There has been growing concern with the security of embedded devices as they continue to proliferate in several industries. This is caused by a confluence of several issues that makes for a difficult problem to solve.
First, these devices more and more rely on commodity operating systems (which carry with them commodity vulnerabilities and exploits). Second, there is a great deal of restriction with what consumers of these devices can do with them. Very often, you simply can’t touch the operating system at all. Last, these devices tend to be notoriously difficult to update usually requiring the vendor to come out with a CD to “reflash” the device. Updates are few and far between, if updates are put in place at all.
The product is that this puts a device subject to a good subset of the same vulnerabilities that any workstation is but makes it very difficult to put it in the same patch rotation much less maintain and harden it. Ideally, these devices shouldn’t be plugged into a network, but often they are. For instance, many embedded devices for SCADA and healthcare have reportedly been infected by Conficker (among others).
In those cases, they just got infected with commodity malware and behaved like your typical infected host. The scary part of this is, these devices can control very important things. Years ago, I would chafe at anyone using the word “cyberterrorism”. Terrorism has a specific definition that is a bit more restrictive than “something bad”. It’s not terrorism unless widespread debilitating fear is involved.
However, now with embedded devices in hospitals, you have devices vulnerability to commodity exploits but the payload can be modified to do something bad with that devices functionality. In health care, for instance, if the device controls some “life-saving” or “life-sustaining” function, malware could have it intentionally cause harm. That would be an example of cyberterrorism. People would very quickly develop a fear of health care. So what can we do about it?
The real solution is that embedded device manufacturers need to provide updateability to these devices and ship them hardened. Barring that, here are some tips to help protect facilities that use these devices.
1) If they don’t need to be on a network, take a Cat5 cable, cut off the RJ45 adapter and about an inch of cable and plug that into the port. Not only does this fill the gap, it makes people think twice before “just plugging it in”. Hang a note off the cable, if necessary.
2) If these devices have a unique vendor for the network card, use network access control to simply block all the MAC addresses for that vendor. For instance, MAC address AA:AA:AA:22:22:22 has a vendor portion of AA:AA:AA and the unique host portion is 22:22:22. So block AA:AA:AA:*.
3) If they absolutely must be networked, create an “islanded” network. In short, a network where there is no external facing components or totally isolated LAN.
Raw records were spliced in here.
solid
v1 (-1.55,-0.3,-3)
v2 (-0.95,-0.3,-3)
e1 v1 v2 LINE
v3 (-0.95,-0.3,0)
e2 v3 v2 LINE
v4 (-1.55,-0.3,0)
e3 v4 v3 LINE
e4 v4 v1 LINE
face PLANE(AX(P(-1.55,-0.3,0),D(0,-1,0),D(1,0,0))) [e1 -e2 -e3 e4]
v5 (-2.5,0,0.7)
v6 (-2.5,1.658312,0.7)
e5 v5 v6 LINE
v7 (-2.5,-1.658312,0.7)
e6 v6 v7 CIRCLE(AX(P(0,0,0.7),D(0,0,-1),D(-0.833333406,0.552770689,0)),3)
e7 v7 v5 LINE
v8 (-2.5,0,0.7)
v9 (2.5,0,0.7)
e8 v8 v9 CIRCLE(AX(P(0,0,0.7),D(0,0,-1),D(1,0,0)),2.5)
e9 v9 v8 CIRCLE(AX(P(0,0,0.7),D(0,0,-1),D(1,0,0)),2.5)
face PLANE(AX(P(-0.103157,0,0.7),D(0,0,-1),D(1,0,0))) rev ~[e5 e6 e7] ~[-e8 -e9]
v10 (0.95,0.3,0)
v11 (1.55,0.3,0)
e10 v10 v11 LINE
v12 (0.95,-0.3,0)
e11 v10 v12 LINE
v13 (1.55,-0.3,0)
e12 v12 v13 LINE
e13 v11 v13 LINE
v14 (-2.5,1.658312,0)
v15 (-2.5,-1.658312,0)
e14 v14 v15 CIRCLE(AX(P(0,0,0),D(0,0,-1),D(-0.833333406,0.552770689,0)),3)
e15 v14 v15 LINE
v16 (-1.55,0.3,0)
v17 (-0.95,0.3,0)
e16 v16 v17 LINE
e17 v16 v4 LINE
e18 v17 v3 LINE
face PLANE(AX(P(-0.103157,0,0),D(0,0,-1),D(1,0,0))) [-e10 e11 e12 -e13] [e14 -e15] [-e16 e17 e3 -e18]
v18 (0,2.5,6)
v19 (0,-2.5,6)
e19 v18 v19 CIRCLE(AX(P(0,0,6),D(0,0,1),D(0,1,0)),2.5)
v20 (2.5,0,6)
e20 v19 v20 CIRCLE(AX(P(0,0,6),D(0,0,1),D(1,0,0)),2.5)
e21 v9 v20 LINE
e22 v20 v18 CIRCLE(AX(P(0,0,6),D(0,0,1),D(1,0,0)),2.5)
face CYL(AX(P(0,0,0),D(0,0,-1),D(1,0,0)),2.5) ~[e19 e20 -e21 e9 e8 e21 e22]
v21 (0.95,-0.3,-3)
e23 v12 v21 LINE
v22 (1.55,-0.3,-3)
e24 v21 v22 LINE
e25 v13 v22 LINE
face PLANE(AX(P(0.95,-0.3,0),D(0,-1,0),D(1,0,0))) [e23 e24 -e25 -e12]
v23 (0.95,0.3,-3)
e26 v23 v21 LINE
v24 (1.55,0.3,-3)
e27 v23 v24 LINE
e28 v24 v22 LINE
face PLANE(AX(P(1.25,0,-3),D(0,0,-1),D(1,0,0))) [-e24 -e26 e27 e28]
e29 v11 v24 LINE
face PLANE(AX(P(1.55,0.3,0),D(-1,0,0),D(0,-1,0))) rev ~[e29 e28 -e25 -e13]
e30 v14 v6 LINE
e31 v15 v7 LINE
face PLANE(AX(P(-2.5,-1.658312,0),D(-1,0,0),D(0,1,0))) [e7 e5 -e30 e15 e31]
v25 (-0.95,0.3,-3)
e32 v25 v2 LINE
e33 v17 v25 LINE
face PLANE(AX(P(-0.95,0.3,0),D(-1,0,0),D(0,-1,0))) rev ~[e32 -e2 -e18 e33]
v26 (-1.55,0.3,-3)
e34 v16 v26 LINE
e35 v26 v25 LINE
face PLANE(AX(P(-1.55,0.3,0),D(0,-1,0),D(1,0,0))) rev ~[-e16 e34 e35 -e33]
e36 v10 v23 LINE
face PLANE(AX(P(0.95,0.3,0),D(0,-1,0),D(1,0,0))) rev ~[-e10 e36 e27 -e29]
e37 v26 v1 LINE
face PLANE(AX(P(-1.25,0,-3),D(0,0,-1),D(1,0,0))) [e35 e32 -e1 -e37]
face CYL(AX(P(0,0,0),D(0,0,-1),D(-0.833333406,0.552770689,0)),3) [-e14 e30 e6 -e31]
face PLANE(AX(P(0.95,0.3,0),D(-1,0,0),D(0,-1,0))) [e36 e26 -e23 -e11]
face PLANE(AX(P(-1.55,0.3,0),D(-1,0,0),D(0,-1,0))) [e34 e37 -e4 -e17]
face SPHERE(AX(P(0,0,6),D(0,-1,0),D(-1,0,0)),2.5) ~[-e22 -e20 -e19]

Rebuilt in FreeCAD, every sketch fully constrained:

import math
import FreeCAD as App
import Part
import Sketcher
Q = App.Units.Quantity

doc = App.newDocument("Part")
params = doc.addObject("Spreadsheet::Sheet", "Params")
for row, (alias, value) in enumerate([
    ("sketch1_diameter", "5 mm"),
    ("pad1_length", "6 mm"),
    ("sketch2_radius", "2.5 mm"),
    ("revolution_angle", "360 deg"),
    ("sketch3_radius", "3 mm"),
    ("pad2_length", "0.7 mm"),
    ("sketch4_width", "0.6 mm"),
    ("pad3_length", "3 mm"),
], start=1):
    params.set(f"A{row}", alias)
    params.set(f"B{row}", "=" + value)
    params.setAlias(f"B{row}", alias)

body = doc.addObject("PartDesign::Body", "Body")

sketch1 = doc.addObject("Sketcher::SketchObject", "Sketch")
body.addObject(sketch1)
sketch1.AttachmentSupport = (doc.XY_Plane, [""])
sketch1.MapMode = "FlatFace"
sketch1.addGeometry(Part.Circle(App.Vector(0, 0, 0), App.Vector(0, 0, 1), 2.5), False)
sketch1.addConstraint([
    Sketcher.Constraint("Coincident", 0, 3, -1, 1),
    Sketcher.Constraint("Diameter", 0, Q("5 mm")),
])
sketch1.setExpression("Constraints[1]", "Params.sketch1_diameter")
pad1 = doc.addObject("PartDesign::Pad", "Pad")
body.addObject(pad1)
pad1.Profile = sketch1
pad1.setExpression("Length", "Params.pad1_length")

sketch2 = doc.addObject("Sketcher::SketchObject", "Sketch001")
body.addObject(sketch2)
sketch2.AttachmentSupport = (doc.XY_Plane, [""])
sketch2.MapMode = "FlatFace"
sketch2.AttachmentOffset = App.Placement(App.Vector(0, 0, 6), App.Rotation())
sketch2.addGeometry([
    Part.ArcOfCircle(Part.Circle(App.Vector(0, 0, 0), App.Vector(0, 0, 1), 2.5), math.radians(90), math.radians(270)),
    Part.LineSegment(App.Vector(0, -2.5, 0), App.Vector(0, 2.5, 0)),
], False)
sketch2.addConstraint([
    Sketcher.Constraint("Coincident", 0, 1, 1, 2),
    Sketcher.Constraint("Coincident", 1, 1, 0, 2),
    Sketcher.Constraint("Vertical", 1),
    Sketcher.Constraint("Coincident", 0, 3, -1, 1),
    Sketcher.Constraint("PointOnObject", 0, 1, -2),
    Sketcher.Constraint("Radius", 0, Q("2.5 mm")),
])
sketch2.setExpression("Constraints[5]", "Params.sketch2_radius")
revolution = doc.addObject("PartDesign::Revolution", "Revolution")
body.addObject(revolution)
revolution.Profile = sketch2
revolution.ReferenceAxis = (sketch2, ["V_Axis"])
revolution.setExpression("Angle", "Params.revolution_angle")

sketch3 = doc.addObject("Sketcher::SketchObject", "Sketch002")
body.addObject(sketch3)
sketch3.AttachmentSupport = (doc.XY_Plane, [""])
sketch3.MapMode = "FlatFace"
sketch3.addGeometry([
    Part.LineSegment(App.Vector(-2.5, -1.7, 0), App.Vector(-2.5, 1.7, 0)),
    Part.ArcOfCircle(Part.Circle(App.Vector(0, 0, 0), App.Vector(0, 0, 1), 3), math.radians(-146), math.radians(146)),
], False)
sketch3.addConstraint([
    Sketcher.Constraint("Coincident", 0, 1, 1, 1),
    Sketcher.Constraint("Coincident", 1, 2, 0, 2),
    Sketcher.Constraint("Vertical", 0),
    Sketcher.Constraint("Coincident", 1, 3, -1, 1),
    Sketcher.Constraint("Radius", 1, Q("3 mm")),
    Sketcher.Constraint("DistanceX", 0, 1, -1, 1, Q("2.5 mm")),
])
sketch3.setExpression("Constraints[4]", "Params.sketch3_radius")
pad2 = doc.addObject("PartDesign::Pad", "Pad001")
body.addObject(pad2)
pad2.Profile = sketch3
pad2.setExpression("Length", "Params.pad2_length")

sketch4 = doc.addObject("Sketcher::SketchObject", "Sketch003")
body.addObject(sketch4)
sketch4.AttachmentSupport = (doc.XY_Plane, [""])
sketch4.MapMode = "FlatFace"
sketch4.addGeometry([
    Part.LineSegment(App.Vector(0.9, -0.3, 0), App.Vector(0.9, 0.3, 0)),
    Part.LineSegment(App.Vector(0.9, 0.3, 0), App.Vector(1.6, 0.3, 0)),
    Part.LineSegment(App.Vector(1.6, 0.3, 0), App.Vector(1.6, -0.3, 0)),
    Part.LineSegment(App.Vector(1.6, -0.3, 0), App.Vector(0.9, -0.3, 0)),
    Part.LineSegment(App.Vector(-1.6, -0.3, 0), App.Vector(-1.6, 0.3, 0)),
    Part.LineSegment(App.Vector(-1.6, 0.3, 0), App.Vector(-0.9, 0.3, 0)),
    Part.LineSegment(App.Vector(-0.9, 0.3, 0), App.Vector(-0.9, -0.3, 0)),
    Part.LineSegment(App.Vector(-0.9, -0.3, 0), App.Vector(-1.6, -0.3, 0)),
], False)
sketch4.addConstraint([
    Sketcher.Constraint("Coincident", 0, 2, 1, 1),
    Sketcher.Constraint("Coincident", 1, 2, 2, 1),
    Sketcher.Constraint("Coincident", 2, 2, 3, 1),
    Sketcher.Constraint("Coincident", 3, 2, 0, 1),
    Sketcher.Constraint("Coincident", 4, 2, 5, 1),
    Sketcher.Constraint("Coincident", 5, 2, 6, 1),
    Sketcher.Constraint("Coincident", 6, 2, 7, 1),
    Sketcher.Constraint("Coincident", 7, 2, 4, 1),
    Sketcher.Constraint("Vertical", 0),
    Sketcher.Constraint("Horizontal", 1),
    Sketcher.Constraint("Vertical", 2),
    Sketcher.Constraint("Horizontal", 3),
    Sketcher.Constraint("Vertical", 4),
    Sketcher.Constraint("Horizontal", 5),
    Sketcher.Constraint("Vertical", 6),
    Sketcher.Constraint("Horizontal", 7),
    Sketcher.Constraint("Symmetric", 2, 2, 4, 2, -1, 1),
    Sketcher.Constraint("Symmetric", 0, 2, 6, 2, -1, 1),
    Sketcher.Constraint("Horizontal", 1, 2, 4, 2),
    Sketcher.Constraint("Equal", 7, 0),
    Sketcher.Constraint("DistanceX", 1, 1, 1, 2, Q("0.6 mm")),
    Sketcher.Constraint("DistanceX", 4, 2, 0, 2, Q("2.5 mm")),
])
sketch4.setExpression("Constraints[20]", "Params.sketch4_width")
pad3 = doc.addObject("PartDesign::Pad", "Pad002")
body.addObject(pad3)
pad3.Profile = sketch4
pad3.setExpression("Length", "Params.pad3_length")
pad3.Reversed = True

doc.recompute()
4) Limit all access to the device via network, via USB or via Bluetooth. All these can be used as infection mechanisms.
What are your thoughts? Those of you using embedded devices or vendor “black boxes”, how are you securing them?
bambenek /at/ gmail.com
Interesting that whilst the HIPAA safeguards for PII are so stringent, but I can find no specific provisions at http://www.hhs.gov/ as to protecting the the patient themselves. I would not be as concerned about a critical medical system being the subject of targeted cyberterrorism as being infected with malware which impeded its operation. Outside of pure system failure, imagine what impact serious latency or processing errors could have. Paranoia, perhaps? The ability of Conficker variants to spread on isolated networks due to autorun and SMB vulnerabilities really makes one think.